What you need to do:
Keep only the lines of the data below that contain "DIRECTION", and copy them.

Data extracts:
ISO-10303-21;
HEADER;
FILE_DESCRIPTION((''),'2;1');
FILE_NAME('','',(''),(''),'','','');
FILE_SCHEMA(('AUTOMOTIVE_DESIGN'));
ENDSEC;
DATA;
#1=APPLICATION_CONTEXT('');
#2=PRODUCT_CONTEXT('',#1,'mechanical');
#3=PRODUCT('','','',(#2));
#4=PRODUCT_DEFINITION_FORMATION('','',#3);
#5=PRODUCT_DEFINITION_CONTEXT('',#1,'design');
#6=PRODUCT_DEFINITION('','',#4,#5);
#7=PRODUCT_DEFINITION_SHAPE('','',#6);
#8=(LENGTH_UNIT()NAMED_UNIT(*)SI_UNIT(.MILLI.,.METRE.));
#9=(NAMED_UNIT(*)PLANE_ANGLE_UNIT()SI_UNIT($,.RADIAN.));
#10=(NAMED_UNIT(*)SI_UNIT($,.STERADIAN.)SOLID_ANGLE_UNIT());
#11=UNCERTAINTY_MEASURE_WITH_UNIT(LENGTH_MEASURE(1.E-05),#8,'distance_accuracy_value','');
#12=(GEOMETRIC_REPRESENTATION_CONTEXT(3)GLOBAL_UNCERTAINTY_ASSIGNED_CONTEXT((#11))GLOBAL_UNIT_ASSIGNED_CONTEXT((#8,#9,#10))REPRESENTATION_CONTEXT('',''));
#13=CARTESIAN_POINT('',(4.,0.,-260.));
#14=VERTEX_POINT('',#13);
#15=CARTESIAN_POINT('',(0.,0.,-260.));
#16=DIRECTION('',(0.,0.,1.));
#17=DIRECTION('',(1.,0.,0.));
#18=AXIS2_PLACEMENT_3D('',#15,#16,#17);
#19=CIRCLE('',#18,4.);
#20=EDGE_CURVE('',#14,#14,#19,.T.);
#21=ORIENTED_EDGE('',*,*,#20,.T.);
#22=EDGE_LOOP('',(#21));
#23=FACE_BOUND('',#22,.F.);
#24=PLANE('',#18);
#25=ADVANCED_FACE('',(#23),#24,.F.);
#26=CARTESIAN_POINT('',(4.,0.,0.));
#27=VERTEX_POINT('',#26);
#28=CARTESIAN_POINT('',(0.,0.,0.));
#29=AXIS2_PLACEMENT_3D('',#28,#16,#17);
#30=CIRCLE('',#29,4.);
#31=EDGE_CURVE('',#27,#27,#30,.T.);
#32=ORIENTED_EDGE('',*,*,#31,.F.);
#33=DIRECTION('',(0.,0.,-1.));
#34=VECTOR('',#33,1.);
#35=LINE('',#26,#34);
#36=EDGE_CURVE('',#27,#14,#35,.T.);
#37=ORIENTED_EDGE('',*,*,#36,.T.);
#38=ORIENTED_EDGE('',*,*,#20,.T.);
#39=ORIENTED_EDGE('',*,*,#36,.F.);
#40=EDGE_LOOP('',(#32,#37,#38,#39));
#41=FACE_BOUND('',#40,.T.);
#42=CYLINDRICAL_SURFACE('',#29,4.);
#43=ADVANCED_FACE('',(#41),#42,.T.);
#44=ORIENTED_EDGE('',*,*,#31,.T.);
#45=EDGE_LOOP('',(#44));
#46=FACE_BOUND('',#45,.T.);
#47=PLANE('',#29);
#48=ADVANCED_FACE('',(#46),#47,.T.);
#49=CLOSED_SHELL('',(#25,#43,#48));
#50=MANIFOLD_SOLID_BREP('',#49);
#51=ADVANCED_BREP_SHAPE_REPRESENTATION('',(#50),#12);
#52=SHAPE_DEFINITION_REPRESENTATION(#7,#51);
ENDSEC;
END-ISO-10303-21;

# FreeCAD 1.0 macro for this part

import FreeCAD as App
import Part
import Sketcher

V = App.Vector
Q = App.Units.Quantity

doc = App.newDocument("Part")
params = doc.addObject("Spreadsheet::Sheet", "Params")
for row, (alias, value) in enumerate([
    ("sketch1_diameter", "8 mm"),
    ("pad1_length", "260 mm"),
], start=1):
    params.set(f"A{row}", alias)
    params.set(f"B{row}", "=" + value)
    params.setAlias(f"B{row}", alias)

body = doc.addObject("PartDesign::Body", "Body")

# Sketch on XY plane
sketch1 = body.newObject("Sketcher::SketchObject", "Sketch")
sketch1.AttachmentSupport = (doc.getObject("XY_Plane"), [""])
sketch1.MapMode = "FlatFace"
sketch1.addGeometry(Part.Circle(V(0, 0, 0), V(0, 0, 1), 4), False)
sketch1.addConstraint([
    Sketcher.Constraint("Coincident", 0, 3, -1, 1),
    Sketcher.Constraint("Diameter", 0, Q("8 mm")),
])
sketch1.setExpression("Constraints[1]", "Params.sketch1_diameter")
pad1 = body.newObject("PartDesign::Pad", "Pad")
pad1.Profile = sketch1
pad1.setExpression("Length", "Params.pad1_length")
pad1.Reversed = True

doc.recompute()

Task solution:
#16=DIRECTION('',(0.,0.,1.));
#17=DIRECTION('',(1.,0.,0.));
#33=DIRECTION('',(0.,0.,-1.));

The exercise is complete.